VetBooks.ir Evasion of Natural Killer Cells
NK cells kill virus-infected cells at an early stage of infection before
T and B cells are fully activated. Cytotoxic T cells kill targets that
express foreign antigens on MHC class I molecules. NK cells kill
targets that fail to express these MHC class I molecules. For a virus
to survive, it must induce the selective downregulation of some
MHC class I molecules, enabling the virus-infected cells to evade
destruction by T cells while at the same time preventing NK cell
activation. Some viruses may decrease the expression of the stress-
related protein MIC-B and so inhibit NK cell mediated cytotoxicity.

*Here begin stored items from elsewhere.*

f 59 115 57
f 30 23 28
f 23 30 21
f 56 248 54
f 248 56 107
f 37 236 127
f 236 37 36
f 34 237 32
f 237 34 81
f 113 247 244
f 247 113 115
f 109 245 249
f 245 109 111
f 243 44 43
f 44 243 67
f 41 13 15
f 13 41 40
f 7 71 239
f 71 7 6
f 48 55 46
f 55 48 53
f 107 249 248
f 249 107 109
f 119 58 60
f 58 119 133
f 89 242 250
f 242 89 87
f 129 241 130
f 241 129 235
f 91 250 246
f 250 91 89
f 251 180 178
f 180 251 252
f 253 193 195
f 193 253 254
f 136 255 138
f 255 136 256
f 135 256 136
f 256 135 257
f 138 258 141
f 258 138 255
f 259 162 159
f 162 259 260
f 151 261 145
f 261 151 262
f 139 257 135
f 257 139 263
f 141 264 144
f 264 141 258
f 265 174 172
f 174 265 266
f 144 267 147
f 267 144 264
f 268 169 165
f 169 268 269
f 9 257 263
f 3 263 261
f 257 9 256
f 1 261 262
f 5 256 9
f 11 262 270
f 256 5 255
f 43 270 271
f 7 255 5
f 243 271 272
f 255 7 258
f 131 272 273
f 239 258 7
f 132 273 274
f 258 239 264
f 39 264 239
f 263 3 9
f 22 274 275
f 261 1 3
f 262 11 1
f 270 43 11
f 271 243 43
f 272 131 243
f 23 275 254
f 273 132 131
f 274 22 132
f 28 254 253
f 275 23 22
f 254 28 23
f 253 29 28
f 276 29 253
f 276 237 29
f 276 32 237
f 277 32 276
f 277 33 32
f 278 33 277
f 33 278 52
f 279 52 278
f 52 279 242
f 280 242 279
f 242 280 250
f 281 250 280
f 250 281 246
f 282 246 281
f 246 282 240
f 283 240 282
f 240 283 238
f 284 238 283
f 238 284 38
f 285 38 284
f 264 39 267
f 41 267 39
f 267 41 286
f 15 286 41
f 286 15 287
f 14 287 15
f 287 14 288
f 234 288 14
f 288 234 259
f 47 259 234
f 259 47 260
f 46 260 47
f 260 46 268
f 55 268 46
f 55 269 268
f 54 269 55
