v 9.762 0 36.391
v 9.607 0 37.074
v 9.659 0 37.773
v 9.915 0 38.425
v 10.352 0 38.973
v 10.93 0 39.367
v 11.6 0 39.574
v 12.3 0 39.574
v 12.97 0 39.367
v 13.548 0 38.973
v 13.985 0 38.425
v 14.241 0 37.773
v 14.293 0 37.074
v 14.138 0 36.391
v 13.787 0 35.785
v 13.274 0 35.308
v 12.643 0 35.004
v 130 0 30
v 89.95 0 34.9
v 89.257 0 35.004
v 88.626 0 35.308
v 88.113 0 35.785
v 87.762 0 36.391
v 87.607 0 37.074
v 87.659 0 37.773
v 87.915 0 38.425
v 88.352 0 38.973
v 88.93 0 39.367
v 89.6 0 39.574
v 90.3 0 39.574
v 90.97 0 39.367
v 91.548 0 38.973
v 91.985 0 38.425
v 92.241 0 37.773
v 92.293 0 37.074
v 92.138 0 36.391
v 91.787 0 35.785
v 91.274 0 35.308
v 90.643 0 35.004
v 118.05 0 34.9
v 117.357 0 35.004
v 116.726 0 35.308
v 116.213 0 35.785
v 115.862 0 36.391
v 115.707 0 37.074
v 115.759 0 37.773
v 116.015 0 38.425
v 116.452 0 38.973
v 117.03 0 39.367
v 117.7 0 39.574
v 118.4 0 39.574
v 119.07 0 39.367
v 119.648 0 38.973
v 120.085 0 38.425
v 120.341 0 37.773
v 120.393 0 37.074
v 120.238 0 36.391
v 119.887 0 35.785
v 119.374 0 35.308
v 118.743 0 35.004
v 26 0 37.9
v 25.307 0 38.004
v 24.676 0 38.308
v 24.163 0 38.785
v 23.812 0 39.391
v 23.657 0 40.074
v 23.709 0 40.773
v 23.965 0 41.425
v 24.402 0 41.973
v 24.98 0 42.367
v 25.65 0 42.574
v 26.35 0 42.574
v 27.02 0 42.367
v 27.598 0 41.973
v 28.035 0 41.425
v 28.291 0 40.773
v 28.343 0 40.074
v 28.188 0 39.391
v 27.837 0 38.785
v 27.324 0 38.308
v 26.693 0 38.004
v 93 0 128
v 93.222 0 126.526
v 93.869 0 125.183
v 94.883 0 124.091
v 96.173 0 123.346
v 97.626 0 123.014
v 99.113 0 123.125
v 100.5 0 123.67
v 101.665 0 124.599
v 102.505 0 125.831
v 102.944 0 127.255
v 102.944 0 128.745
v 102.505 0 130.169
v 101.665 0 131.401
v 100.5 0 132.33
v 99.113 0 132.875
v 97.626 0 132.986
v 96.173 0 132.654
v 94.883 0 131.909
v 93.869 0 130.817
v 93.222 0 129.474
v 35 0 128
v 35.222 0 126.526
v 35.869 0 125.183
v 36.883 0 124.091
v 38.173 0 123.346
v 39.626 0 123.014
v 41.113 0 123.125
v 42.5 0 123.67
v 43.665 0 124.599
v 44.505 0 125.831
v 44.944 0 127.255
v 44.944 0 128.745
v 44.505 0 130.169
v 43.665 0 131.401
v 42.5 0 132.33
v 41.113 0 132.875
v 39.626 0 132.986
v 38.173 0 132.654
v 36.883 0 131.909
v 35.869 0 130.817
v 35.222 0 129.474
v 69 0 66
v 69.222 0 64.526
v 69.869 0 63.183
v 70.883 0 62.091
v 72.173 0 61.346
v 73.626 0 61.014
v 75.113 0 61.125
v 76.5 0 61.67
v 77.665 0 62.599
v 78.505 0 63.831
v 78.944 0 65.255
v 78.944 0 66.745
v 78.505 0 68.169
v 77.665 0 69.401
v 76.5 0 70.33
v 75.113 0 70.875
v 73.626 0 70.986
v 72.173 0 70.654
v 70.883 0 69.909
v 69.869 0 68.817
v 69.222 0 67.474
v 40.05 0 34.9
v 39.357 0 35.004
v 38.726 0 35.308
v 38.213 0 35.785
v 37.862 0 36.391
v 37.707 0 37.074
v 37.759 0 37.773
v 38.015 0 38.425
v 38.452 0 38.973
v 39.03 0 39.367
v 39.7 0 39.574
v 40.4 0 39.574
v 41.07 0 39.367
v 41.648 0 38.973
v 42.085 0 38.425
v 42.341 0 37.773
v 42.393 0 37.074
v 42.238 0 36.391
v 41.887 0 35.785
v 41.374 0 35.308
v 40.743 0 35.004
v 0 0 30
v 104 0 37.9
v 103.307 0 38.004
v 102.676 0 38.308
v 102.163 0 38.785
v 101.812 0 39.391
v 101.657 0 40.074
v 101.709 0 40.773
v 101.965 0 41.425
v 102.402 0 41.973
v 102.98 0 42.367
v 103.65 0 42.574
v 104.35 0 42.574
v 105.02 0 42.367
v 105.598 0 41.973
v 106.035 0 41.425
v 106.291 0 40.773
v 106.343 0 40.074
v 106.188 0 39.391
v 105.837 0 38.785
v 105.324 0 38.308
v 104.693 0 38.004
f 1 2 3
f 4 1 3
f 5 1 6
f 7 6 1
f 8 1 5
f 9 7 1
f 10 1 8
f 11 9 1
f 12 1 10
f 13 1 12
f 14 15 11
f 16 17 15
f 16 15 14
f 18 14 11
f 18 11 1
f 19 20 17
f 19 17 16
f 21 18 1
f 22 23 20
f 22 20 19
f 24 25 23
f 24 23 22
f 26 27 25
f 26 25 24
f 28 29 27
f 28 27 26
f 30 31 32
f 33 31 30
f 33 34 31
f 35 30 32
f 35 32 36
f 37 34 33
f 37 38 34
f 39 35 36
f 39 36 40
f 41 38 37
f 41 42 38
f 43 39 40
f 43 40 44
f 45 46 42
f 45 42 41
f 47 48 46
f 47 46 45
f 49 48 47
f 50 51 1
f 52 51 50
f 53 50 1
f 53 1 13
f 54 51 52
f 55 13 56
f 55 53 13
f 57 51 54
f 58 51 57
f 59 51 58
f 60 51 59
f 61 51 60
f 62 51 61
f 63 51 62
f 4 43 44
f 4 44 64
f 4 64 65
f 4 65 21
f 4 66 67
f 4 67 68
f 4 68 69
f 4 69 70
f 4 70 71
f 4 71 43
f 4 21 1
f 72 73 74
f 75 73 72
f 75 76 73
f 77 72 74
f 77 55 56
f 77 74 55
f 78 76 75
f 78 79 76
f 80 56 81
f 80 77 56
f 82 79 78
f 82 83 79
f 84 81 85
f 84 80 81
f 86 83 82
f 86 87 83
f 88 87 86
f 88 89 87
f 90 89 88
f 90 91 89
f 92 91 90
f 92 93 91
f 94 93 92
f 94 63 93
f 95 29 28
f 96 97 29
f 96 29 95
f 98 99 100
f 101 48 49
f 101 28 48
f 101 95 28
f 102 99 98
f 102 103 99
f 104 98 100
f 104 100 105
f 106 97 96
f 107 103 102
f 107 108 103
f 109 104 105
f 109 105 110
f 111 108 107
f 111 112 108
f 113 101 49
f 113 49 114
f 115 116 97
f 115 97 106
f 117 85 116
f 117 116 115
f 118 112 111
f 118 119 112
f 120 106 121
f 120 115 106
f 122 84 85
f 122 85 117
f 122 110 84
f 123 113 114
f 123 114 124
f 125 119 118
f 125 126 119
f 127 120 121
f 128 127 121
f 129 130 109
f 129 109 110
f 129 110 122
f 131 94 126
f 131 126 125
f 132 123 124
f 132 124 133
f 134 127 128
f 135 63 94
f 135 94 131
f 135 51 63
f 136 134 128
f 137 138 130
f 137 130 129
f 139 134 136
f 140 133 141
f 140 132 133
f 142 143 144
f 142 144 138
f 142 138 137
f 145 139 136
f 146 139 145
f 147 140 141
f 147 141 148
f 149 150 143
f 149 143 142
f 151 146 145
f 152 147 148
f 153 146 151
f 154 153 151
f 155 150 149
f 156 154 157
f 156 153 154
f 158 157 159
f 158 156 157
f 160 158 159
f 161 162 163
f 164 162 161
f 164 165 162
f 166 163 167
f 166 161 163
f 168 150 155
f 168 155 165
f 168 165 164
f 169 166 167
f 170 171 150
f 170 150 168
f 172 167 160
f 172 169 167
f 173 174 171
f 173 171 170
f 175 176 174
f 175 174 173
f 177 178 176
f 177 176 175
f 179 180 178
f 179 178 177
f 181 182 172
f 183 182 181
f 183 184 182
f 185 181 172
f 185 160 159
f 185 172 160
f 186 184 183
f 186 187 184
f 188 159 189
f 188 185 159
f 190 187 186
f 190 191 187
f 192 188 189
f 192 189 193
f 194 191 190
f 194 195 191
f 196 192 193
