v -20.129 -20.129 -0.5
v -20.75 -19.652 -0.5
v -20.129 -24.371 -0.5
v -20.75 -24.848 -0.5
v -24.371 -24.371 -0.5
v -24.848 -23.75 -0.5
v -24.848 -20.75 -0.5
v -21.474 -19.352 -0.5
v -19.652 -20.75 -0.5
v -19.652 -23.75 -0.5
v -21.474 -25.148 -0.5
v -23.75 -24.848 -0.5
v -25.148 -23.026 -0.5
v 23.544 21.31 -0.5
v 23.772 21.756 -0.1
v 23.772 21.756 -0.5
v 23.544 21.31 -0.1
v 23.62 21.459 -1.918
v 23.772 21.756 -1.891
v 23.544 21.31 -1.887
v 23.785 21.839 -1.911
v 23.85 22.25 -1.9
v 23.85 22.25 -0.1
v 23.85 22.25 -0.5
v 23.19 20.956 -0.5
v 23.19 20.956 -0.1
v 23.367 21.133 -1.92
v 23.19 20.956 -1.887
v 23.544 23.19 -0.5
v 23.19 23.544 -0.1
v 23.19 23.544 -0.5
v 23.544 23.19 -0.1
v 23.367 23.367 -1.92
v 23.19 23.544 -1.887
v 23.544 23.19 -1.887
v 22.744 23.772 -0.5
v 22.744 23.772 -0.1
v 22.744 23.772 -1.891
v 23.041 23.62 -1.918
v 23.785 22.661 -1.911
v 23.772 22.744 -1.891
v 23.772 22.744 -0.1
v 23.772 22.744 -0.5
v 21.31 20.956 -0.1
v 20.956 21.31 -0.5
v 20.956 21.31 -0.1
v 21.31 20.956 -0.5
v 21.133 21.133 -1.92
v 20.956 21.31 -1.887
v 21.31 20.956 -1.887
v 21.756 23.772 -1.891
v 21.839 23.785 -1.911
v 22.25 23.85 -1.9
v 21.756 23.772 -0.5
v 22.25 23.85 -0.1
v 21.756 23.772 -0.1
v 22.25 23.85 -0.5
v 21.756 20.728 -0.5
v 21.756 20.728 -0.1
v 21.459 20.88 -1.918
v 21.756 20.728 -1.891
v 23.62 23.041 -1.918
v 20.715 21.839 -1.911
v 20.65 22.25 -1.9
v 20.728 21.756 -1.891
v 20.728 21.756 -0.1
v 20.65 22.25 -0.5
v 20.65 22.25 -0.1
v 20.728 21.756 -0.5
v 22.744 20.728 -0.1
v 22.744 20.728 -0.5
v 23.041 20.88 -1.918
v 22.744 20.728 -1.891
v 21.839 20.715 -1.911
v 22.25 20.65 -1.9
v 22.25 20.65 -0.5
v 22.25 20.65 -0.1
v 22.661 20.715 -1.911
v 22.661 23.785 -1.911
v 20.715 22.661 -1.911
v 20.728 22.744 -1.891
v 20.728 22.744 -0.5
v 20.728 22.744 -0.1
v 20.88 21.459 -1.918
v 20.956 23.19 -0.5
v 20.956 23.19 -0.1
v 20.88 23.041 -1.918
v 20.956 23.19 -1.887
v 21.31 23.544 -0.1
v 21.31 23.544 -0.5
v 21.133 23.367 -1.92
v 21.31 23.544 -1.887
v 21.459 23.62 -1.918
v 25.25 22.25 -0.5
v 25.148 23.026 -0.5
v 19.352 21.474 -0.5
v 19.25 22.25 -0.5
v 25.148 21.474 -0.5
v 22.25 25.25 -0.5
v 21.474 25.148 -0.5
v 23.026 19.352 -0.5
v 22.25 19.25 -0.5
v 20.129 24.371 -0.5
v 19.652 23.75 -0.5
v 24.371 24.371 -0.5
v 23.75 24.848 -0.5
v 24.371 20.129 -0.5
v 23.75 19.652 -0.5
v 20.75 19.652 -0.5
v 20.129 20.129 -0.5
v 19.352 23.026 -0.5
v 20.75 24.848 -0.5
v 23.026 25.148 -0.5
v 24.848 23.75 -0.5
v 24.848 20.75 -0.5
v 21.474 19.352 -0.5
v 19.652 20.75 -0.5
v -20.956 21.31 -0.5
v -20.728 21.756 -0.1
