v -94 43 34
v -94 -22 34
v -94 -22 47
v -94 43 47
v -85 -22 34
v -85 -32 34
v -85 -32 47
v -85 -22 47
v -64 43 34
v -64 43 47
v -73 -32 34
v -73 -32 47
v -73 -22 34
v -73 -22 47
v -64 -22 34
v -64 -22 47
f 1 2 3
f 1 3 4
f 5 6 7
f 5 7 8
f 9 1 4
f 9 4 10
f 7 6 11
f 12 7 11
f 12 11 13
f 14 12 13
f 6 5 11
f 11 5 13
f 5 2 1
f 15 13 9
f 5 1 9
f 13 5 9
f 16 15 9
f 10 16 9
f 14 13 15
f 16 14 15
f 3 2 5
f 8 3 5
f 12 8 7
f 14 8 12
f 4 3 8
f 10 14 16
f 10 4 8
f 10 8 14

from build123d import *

# Parameters (mm, degrees)
BOX325_W     = 12
BOX325_H     = 10
BOX325_DEPTH = 13
BOX297_W     = 30
BOX297_H     = 65
BOX297_DEPTH = 13


with BuildPart() as box325:
    # Box325 → Box325 (new body)
    with BuildSketch(Plane(origin=(-85, -32, 34), x_dir=(1, 0, 0), z_dir=(0, 0, 1))):
        with Locations((6, 5)):
            Rectangle(BOX325_W, BOX325_H)
    extrude(amount=BOX325_DEPTH)


with BuildPart() as coral:
    # Box297 → Box297 (new body)
    with BuildSketch(Plane(origin=(-94, -22, 34), x_dir=(1, 0, 0), z_dir=(0, 0, 1))):
        with Locations((15, 32.5)):
            Rectangle(BOX297_W, BOX297_H)
    extrude(amount=BOX297_DEPTH)

    # Fusion197: union Box325
    add(box325.part)


solid = coral.part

Alterations in the B Cell System
One of the simplest mechanisms of viral immune evasion involves
antigenic variation of RNA viruses. Rapidly occurring point
mutations accompanied by poor editing functions of RNA
polymerases permit the generation of closely related but distinct
viruses. The most significant examples of this occur among the
influenza A viruses and the lentiviruses.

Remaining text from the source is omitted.